We investigated the reactivity of patients' monocytes in terms of cytokine production, after stimulation with a Toll-like receptor (TLR) 2 (Pam3CysSK4), a TLR4 (lipopolysaccharide), a Nod2 agonist (muramyl dipeptide), or heat-killed bacteria. We also investigated the contribution of phagocytosis in cytokine production, studied the expression of intracellular bacterial peptidoglycan sensors (Nod1 and Nod2), and analyzed the messenger RNA expression of inhibitors of TLR signaling: Toll interacting protein (Tollip), suppressor of cytokine signaling-1 (SOCS1), myeloid differentiation 88 short (MyD88s), and single immunoglobulin interleukin-1 receptor-related molecule (SIGIRR). In sepsis, tumor necrosis factor production in response to lipopolysaccharide and Pam3CysSK4 was reduced, whereas interleukin-10 production was enhanced. The responsiveness to Staphylococcus aureus, Escherichia coli, and muramyl dipeptide and the expression of Nod1 and Nod2 were similar to those obtained for healthy donors. The messenger RNA expression of Tollip and SOCS1 was unchanged, whereas that of MyD88s and SIGIRR was significantly enhanced compared with healthy controls. Monocytes from RCA patients showed a reduced production of tumor necrosis factor in response to lipopolysaccharide but neither to Pam3CysSK4 nor to heat-killed bacteria. They displayed an increased expression of SIGIRR but not of MyD88s. We showed that TLR2-dependent nuclear factor-kappaB activation was inhibited by MyD88s but not by SIGIRR. This result may explain the normal tumor necrosis factor production through TLR2 observed for monocytes of RCA patients.
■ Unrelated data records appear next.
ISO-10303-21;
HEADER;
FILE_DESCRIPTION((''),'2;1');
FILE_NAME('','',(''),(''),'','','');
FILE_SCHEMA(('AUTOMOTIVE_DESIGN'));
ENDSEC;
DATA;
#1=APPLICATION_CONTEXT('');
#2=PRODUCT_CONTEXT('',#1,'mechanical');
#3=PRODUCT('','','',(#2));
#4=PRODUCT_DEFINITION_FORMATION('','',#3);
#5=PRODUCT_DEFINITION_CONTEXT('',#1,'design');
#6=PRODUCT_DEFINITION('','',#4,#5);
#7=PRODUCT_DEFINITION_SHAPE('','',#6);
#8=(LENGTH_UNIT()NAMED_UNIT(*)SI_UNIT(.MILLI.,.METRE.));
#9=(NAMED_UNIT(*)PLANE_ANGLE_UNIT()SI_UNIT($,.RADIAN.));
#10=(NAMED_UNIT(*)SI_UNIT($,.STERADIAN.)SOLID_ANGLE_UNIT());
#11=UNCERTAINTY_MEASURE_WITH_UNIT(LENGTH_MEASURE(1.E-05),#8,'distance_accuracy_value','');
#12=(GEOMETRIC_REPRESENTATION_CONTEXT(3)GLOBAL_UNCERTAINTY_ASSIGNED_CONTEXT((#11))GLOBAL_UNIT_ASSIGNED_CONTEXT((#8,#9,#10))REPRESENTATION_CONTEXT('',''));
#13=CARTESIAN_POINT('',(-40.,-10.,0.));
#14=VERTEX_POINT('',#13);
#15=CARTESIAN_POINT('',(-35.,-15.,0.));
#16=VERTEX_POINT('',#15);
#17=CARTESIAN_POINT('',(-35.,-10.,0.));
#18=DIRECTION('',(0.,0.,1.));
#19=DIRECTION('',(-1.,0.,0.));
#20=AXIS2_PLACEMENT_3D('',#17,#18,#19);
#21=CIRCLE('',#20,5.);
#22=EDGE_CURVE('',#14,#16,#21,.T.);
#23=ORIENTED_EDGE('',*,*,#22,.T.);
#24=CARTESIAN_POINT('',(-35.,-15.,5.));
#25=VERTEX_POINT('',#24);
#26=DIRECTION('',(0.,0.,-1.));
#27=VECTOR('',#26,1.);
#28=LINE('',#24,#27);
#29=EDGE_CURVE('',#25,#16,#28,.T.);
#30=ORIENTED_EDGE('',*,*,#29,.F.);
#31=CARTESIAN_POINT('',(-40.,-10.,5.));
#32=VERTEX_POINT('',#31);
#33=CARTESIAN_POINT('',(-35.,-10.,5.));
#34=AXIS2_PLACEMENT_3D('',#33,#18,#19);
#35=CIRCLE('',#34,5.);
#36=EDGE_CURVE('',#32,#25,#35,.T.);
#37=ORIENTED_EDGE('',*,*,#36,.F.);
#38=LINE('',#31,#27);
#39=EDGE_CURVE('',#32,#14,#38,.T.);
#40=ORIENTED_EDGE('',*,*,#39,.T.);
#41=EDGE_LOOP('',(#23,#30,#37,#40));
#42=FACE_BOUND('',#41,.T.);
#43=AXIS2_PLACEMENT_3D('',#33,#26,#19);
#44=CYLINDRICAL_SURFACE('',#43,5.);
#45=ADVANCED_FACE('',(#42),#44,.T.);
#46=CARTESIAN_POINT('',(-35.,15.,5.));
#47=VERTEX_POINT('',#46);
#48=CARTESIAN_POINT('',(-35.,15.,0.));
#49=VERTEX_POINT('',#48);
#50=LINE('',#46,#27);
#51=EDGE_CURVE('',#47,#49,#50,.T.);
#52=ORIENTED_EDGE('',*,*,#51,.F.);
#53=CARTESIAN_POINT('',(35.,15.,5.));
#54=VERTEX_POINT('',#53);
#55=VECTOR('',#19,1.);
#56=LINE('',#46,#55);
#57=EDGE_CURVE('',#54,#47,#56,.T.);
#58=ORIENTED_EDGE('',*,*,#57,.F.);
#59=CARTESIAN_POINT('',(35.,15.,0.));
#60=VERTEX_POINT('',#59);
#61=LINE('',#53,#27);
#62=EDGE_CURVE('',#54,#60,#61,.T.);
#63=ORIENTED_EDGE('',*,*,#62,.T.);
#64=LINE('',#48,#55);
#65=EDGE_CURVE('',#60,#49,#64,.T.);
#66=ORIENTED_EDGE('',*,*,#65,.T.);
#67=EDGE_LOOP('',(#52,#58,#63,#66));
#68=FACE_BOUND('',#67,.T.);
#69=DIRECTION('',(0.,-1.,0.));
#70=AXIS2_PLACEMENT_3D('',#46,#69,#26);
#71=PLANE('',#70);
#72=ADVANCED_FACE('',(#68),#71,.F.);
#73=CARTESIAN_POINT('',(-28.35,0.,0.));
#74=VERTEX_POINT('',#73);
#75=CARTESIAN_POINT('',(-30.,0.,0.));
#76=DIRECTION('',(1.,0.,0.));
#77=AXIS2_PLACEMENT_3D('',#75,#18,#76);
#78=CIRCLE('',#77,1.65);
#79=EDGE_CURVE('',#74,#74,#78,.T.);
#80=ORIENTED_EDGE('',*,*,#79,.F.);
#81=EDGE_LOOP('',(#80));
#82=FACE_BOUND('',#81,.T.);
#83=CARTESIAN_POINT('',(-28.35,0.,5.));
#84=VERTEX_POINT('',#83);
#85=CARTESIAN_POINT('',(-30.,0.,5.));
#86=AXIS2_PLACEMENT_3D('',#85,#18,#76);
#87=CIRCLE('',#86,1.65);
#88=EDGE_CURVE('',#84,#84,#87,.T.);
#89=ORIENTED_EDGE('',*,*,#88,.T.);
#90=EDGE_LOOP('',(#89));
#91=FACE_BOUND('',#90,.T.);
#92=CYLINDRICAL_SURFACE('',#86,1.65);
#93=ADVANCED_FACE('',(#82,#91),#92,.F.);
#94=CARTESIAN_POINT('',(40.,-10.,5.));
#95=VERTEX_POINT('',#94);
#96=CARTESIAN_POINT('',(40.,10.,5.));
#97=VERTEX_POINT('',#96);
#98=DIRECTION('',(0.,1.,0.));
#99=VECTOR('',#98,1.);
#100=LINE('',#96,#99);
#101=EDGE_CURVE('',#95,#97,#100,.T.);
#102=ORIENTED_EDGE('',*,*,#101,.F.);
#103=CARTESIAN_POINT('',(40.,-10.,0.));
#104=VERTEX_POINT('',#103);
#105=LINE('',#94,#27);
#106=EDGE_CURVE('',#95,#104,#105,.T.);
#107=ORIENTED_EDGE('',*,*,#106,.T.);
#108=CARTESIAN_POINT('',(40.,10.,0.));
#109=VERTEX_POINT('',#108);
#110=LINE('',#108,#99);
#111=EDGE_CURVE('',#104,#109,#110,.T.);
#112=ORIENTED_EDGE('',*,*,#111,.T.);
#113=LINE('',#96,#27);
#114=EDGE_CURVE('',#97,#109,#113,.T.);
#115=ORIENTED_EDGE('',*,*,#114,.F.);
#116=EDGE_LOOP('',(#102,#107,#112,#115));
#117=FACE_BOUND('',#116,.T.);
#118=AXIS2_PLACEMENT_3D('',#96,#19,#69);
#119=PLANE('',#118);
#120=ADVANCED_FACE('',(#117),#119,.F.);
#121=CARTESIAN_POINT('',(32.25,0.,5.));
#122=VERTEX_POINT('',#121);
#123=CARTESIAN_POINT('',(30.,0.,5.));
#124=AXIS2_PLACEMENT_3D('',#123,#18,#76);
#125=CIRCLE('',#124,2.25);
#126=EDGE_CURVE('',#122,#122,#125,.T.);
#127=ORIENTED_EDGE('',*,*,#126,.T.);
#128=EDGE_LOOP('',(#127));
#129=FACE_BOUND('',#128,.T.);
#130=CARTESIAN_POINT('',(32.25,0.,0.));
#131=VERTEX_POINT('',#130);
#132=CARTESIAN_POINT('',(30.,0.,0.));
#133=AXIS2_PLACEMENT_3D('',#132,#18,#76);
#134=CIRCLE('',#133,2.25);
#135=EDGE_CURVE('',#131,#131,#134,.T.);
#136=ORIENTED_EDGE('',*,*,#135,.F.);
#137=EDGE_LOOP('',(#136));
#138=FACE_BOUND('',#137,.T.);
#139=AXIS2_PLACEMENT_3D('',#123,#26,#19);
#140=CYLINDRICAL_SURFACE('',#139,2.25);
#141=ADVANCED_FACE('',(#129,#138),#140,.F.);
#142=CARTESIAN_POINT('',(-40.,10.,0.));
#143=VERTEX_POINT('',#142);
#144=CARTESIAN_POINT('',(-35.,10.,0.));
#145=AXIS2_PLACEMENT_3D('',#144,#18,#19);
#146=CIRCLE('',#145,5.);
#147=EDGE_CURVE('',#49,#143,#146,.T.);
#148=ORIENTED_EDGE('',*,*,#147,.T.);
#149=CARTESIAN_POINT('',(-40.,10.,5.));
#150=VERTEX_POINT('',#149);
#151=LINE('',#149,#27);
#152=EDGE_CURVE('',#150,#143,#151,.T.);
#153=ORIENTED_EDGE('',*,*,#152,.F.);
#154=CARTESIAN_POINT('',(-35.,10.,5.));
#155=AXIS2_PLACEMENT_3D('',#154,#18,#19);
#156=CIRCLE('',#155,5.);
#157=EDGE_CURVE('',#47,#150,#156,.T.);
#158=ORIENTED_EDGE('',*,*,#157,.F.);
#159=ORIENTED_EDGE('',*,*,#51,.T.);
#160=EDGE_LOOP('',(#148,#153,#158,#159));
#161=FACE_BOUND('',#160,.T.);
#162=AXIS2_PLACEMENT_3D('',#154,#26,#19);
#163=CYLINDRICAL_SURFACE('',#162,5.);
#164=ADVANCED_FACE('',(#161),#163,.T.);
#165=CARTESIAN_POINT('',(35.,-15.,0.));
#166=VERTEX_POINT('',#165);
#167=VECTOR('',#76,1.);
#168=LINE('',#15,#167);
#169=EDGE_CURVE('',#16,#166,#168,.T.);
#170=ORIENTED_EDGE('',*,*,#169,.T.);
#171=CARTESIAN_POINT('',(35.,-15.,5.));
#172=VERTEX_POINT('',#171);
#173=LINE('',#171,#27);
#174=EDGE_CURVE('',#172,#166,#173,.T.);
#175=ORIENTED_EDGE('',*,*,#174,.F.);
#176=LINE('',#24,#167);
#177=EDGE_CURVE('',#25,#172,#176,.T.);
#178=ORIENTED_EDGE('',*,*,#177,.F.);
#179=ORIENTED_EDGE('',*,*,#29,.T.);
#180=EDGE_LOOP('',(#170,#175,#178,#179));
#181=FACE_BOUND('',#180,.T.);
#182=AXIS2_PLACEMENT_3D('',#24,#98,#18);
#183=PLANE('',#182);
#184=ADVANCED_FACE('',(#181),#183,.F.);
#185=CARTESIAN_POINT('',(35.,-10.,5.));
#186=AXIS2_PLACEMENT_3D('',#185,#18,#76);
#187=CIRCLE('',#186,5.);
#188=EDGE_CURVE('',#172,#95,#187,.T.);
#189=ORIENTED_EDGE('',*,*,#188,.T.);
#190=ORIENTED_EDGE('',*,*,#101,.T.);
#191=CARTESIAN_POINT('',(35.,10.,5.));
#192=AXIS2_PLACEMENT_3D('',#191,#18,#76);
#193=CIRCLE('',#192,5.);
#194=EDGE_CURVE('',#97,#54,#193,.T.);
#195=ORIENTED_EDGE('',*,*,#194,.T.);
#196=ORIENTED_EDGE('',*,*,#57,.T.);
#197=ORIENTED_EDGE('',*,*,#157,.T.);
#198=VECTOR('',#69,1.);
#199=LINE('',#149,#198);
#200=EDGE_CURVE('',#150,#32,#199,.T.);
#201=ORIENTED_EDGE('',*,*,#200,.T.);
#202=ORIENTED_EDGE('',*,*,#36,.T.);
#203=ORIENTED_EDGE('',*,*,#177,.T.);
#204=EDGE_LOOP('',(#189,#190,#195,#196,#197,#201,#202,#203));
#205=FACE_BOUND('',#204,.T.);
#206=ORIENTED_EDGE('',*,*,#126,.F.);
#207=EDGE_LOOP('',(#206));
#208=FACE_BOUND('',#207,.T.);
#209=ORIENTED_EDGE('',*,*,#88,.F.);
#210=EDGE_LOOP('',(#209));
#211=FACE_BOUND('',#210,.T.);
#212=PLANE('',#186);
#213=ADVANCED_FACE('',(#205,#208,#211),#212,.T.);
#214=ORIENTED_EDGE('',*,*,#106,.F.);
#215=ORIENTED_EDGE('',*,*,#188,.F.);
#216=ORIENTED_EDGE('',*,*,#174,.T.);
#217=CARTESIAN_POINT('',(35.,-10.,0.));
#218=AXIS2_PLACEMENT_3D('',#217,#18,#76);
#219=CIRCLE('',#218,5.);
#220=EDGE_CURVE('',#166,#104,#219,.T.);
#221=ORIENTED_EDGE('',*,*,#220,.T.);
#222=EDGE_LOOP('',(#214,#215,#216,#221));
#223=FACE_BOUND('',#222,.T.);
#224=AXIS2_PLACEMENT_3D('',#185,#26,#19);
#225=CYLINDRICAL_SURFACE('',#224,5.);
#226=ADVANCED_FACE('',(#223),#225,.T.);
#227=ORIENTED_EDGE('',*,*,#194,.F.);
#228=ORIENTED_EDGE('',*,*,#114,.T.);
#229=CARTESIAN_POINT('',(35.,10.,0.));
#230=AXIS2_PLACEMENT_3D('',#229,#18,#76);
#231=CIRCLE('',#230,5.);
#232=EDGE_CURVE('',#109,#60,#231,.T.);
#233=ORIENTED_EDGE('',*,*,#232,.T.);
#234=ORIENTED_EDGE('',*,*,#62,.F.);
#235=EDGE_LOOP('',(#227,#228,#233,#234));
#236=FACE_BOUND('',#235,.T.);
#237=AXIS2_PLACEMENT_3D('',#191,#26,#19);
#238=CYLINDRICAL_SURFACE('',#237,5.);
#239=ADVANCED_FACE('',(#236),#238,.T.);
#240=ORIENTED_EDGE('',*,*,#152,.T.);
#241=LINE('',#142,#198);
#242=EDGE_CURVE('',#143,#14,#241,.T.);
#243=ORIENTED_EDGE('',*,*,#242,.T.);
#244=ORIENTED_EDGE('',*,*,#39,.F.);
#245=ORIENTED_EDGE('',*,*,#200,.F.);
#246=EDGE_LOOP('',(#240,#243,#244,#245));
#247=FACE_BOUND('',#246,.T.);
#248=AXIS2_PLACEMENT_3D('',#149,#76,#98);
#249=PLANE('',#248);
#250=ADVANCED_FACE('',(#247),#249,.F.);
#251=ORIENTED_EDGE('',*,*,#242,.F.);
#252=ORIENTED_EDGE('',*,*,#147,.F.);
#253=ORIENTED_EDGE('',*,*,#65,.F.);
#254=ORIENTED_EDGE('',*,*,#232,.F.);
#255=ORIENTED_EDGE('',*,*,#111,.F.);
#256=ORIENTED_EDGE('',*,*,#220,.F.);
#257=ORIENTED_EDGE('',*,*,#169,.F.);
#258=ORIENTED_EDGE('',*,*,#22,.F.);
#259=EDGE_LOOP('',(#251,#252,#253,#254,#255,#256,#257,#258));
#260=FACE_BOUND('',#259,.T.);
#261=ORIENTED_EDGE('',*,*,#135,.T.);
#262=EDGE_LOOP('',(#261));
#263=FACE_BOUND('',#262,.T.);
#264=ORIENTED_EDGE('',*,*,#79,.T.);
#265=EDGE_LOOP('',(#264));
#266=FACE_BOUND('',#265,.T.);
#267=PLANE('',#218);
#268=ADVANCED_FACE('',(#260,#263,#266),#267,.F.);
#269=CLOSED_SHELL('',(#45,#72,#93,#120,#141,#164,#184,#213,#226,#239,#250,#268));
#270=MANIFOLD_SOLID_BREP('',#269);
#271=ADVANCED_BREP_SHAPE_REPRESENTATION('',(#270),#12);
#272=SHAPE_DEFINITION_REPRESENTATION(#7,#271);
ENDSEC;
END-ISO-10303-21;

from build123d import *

# Parameters (mm, degrees)
ESQUISSE1_R        = 2.25
BOSS_EXTRU_1_DEPTH = 5
TROU_TARAUD_M41_D  = 3.3


with BuildPart() as part:
    # Esquisse1 → Boss.-Extru.1 (new body)
    with BuildSketch(Plane.XY):
        with BuildLine():
            Line((-35, 15), (35, 15))
            ThreePointArc((35, 15), (38.535533906, 13.535533906), (40, 10))
            Line((40, 10), (40, -10))
            ThreePointArc((40, -10), (38.535533906, -13.535533906), (35, -15))
            Line((35, -15), (-35, -15))
            ThreePointArc((-35, -15), (-38.535533906, -13.535533906), (-40, -10))
            Line((-40, -10), (-40, 10))
            ThreePointArc((-40, 10), (-38.535533906, 13.535533906), (-35, 15))
        make_face()
        with Locations((30, 0)):
            Circle(ESQUISSE1_R, mode=Mode.SUBTRACT)
    extrude(amount=BOSS_EXTRU_1_DEPTH)

    # Trou taraudé M41 (through all)
    with Locations(Plane.XY.offset(5)):
        with Locations((-30, 0)):
            Hole(TROU_TARAUD_M41_D / 2)


solid = part.part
There is a "reprogramming" of monocyte reactivity, and not a global hyporeactivity, during systemic inflammation, which differs in septic and RCA patients.
在全身炎症反应综合征和脓毒症期间,免疫状态会发生改变。脂多糖激活的单核细胞体外肿瘤坏死因子生成减少的情况已有报道。在本研究中,我们探讨了这种低反应性的特异性,并研究了一些可能相关的机制性事件。
体外研究。
学术研究实验室。
健康对照者、脓毒症患者以及心脏骤停复苏后的患者(RCA)。后一组呈现非感染性来源的全身炎症反应综合征。
无。
在用Toll样受体(TLR)2(Pam3CysSK4)、TLR4(脂多糖)、Nod2激动剂(胞壁酰二肽)或热灭活细菌刺激后,我们从细胞因子生成方面研究了患者单核细胞的反应性。我们还研究了吞噬作用在细胞因子生成中的作用,研究了细胞内细菌肽聚糖传感器(Nod1和Nod2)的表达,并分析了TLR信号抑制剂的信使核糖核酸表达:Toll相互作用蛋白(Tollip)、细胞因子信号抑制因子-1(SOCS1)、髓样分化因子88短肽(MyD88s)和单免疫球蛋白白细胞介素-1受体相关分子(SIGIRR)。在脓毒症中,脂多糖和Pam3CysSK4刺激后肿瘤坏死因子生成减少,而白细胞介素-10生成增加。对金黄色葡萄球菌、大肠杆菌和胞壁酰二肽的反应性以及Nod1和Nod2的表达与健康供体相似。Tollip和SOCS1的信使核糖核酸表达未改变,而与健康对照相比,MyD88s和SIGIRR的信使核糖核酸表达显著增强。RCA患者的单核细胞对脂多糖刺激的肿瘤坏死因子生成减少,但对Pam3CysSK4或热灭活细菌刺激无此反应。它们的SIGIRR表达增加,但MyD88s表达未增加。我们发现MyD88s可抑制TLR2依赖性核因子-κB激活,但SIGIRR不能。这一结果可能解释了RCA患者单核细胞通过TLR2观察到的正常肿瘤坏死因子生成情况。
在全身炎症期间,存在单核细胞反应性的“重新编程”,而非整体低反应性,脓毒症患者和RCA患者的情况有所不同。